Do you ever feel you’re completely stressed out? Maybe things have been going poorly at work, or your health isn’t where you’d like it to be. Maybe it’s just stress from having too much to do and not enough time to do it. Most of us feel stressed from time to time, but when it becomes something more long-term, it can cause problems. Chronic stress – ongoing, day-after-day, week-after-week stress – can wreak havoc, not just on our emotional wellness but on our physical wellness as well.
When we’re under stress, our thoughts can tend to become skewed. Managing our stress can help us avoid becoming prisoners to our negative thoughts and deal constructively with them. As we talked about in How’s Your Emotional Wellness, sometimes it’s easy to let our minds just run away from us. Small things that aren’t that important in the grand scheme of things can take on a life of their own and make us miserable.
Learning to manage our stress can also help us to develop resilience, feel more positive, and give us the ability to handle whatever challenges arise.
Stress Management Tips
Here are 10 tips to help you manage stress:
1. Identify your stress triggers.
According to the Mayo Clinic (1), this needs to be the first step in our stress management plan. This makes sense – in any process improvement, the first step is to identify the problem. The same goes with handling stress. We have to figure out what the “problem” or “trigger” is. What sets off your stress response? Is it job pressures, health issues, financial worries? Whatever it is, once we’ve identified our triggers, the next step is to figure out strategies for dealing with them.
2. Get outside.
Now if you’re a wimp like me, getting outside at certain times of the year might not be a very attractive proposition, but on those nice days, being out in nature can improve your mood and reduce stress. The American Heart Association (2) has a great article, 10 Ways To Relax In Nature and Stress Less.If you need some ideas, be sure to check out their link below.
3. Use a technique called reframing.
According to Psychology Today, reframing “is a mental activity that involves looking at a stressor or negative situation and explaining it (realistically and honestly) in a positive or neutral way.” We can reframe, as Dr. Daniel Amen suggests in Change Your Brain, Change Your Life, by writing down the negative thought and turning it into a positive, but we can also use critical thinking skills to look at the problem from various angles.
4. Improve your planning.
Having a plan and sticking to it (as much as possible, anyway) can help us feel we have more control over a given situation. Planning helps us break the larger problem down into smaller parts, which helps us to just take it one step at a time. It can also help us feel more hopeful, as we feel we have some direction. This can be particularly helpful when our stressors are things like finances or work requirements.

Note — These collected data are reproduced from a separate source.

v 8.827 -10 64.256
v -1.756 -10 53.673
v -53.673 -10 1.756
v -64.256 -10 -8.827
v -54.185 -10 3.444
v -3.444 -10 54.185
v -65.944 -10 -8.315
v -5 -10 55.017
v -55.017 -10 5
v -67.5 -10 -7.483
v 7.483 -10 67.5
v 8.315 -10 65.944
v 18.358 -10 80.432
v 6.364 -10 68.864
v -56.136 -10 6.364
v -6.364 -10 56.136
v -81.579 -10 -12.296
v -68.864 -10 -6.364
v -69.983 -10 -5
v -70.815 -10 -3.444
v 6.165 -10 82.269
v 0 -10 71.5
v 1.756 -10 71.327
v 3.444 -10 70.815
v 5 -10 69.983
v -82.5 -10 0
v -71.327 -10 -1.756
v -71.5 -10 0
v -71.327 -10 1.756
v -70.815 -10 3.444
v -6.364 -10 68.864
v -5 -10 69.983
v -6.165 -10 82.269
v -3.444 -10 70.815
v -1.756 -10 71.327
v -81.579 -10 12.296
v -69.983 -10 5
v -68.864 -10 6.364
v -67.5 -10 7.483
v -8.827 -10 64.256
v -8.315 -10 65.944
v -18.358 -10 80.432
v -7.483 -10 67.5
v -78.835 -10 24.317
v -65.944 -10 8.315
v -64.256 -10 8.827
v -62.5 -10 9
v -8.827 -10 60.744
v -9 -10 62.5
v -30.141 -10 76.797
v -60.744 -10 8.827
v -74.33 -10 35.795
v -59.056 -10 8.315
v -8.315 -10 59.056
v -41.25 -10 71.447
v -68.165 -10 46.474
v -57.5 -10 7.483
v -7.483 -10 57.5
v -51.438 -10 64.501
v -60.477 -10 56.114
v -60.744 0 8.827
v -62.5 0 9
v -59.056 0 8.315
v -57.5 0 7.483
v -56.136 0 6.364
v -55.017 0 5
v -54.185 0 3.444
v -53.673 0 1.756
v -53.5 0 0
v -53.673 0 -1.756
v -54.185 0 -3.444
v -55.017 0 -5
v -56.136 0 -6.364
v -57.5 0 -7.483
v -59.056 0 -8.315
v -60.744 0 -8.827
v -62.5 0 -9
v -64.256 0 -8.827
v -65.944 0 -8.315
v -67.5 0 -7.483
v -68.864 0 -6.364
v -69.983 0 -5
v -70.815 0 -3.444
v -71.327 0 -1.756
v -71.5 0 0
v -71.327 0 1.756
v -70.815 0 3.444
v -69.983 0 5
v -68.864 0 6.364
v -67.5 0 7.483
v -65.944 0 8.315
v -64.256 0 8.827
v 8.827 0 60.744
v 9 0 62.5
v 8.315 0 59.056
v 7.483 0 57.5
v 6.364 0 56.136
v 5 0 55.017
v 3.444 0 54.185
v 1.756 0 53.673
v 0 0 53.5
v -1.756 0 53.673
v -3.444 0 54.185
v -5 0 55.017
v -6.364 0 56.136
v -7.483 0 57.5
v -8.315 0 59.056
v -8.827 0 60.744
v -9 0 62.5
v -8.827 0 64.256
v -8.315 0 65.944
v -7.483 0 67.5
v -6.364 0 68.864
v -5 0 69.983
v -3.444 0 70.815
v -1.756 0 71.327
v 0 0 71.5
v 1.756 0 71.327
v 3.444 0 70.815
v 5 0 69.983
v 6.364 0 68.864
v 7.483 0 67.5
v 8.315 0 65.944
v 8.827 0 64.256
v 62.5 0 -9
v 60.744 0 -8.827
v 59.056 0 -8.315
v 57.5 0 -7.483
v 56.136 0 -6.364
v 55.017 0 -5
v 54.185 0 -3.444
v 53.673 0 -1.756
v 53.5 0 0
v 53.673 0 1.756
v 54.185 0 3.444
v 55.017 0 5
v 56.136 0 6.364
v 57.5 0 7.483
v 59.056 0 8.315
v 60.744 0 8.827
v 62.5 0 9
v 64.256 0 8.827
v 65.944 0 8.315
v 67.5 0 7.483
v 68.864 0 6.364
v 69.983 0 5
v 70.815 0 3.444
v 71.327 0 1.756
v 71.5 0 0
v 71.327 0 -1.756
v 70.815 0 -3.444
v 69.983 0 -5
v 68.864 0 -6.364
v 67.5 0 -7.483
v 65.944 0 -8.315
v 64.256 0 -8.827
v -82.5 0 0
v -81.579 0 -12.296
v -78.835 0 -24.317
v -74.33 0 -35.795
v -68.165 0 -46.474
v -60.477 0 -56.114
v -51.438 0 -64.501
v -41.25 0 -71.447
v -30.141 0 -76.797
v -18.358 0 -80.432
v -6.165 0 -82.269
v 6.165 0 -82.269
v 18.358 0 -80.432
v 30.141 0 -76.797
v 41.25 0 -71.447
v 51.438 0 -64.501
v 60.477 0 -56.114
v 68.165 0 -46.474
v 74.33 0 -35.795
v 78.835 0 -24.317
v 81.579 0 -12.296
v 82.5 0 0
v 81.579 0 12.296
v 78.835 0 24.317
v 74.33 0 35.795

One word of caution here though — don’t become so married to your plan that having to deviate from it causes you more stress.
5. Learn relaxation techniques.
There are lots of different techniques that have been developed to help us learn to relax. Some of these include deep breathing, progressive muscle relaxation, guided imagery, and mindfulness meditation.
I know that some Christians find the idea of mindfulness meditation to be uncomfortable, or even feel it’s wrong. It has proven benefits for many people though. I personally don’t find anything wrong with using all the tools at our disposal, but I do find that for me, meditation on Scripture is more beneficial than mindfulness meditation.
What works for one person doesn’t always work for another, so we often have to experiment a little to find what is most helpful.
6. Be grateful.
‘Counting our blessings’ can help reduce our stress by reminding us of all the things we have to be thankful for. It can also remind us that we’ve been through difficult situations (and perhaps experienced the same stressors) before, and we made it through. This helps us feel more confident that we can make it through the current situation as well.
7. Find an activity you really love.
Having an activity we really love – making art, reading, writing, scrapbooking, playing a sport, listening to music – can help us manage stress by giving us something else to concentrate on. When we’re feeling stressed-out or down, doing something we enjoy can lift our mood and help us feel more positive.
8. Live a healthy lifestyle.
Fueling our bodies properly and keeping them moving is crucial to being able to handle the demands stress places on them. As we talked about in What Is Physical Wellness, eating healthfully, doing some sort of physical activity, and getting appropriate amounts of sleep can help us manage our stress. And managing stress is part of taking care of our physical wellness too.
9. Develop a forgiving style.
As believers, we know that we’re commanded to forgive, just as God has forgiven us. Matthew 6:14 is one of many verses that talks about us forgiving one another, “For if you forgive other people when they sin against you, your heavenly Father will also forgive you.”
So often, we think forgiveness is about the other person, but it’s also for us. According to Psychology Today, “the strength of forgiveness has been shown to have a powerful buffering effect on stress.” This forgiveness is not only for others, but for ourselves as well. There’s an old saying that “harboring unforgiveness is like drinking poison and waiting for the other person to die.” It can eat us up inside and cause even more stress in our lives.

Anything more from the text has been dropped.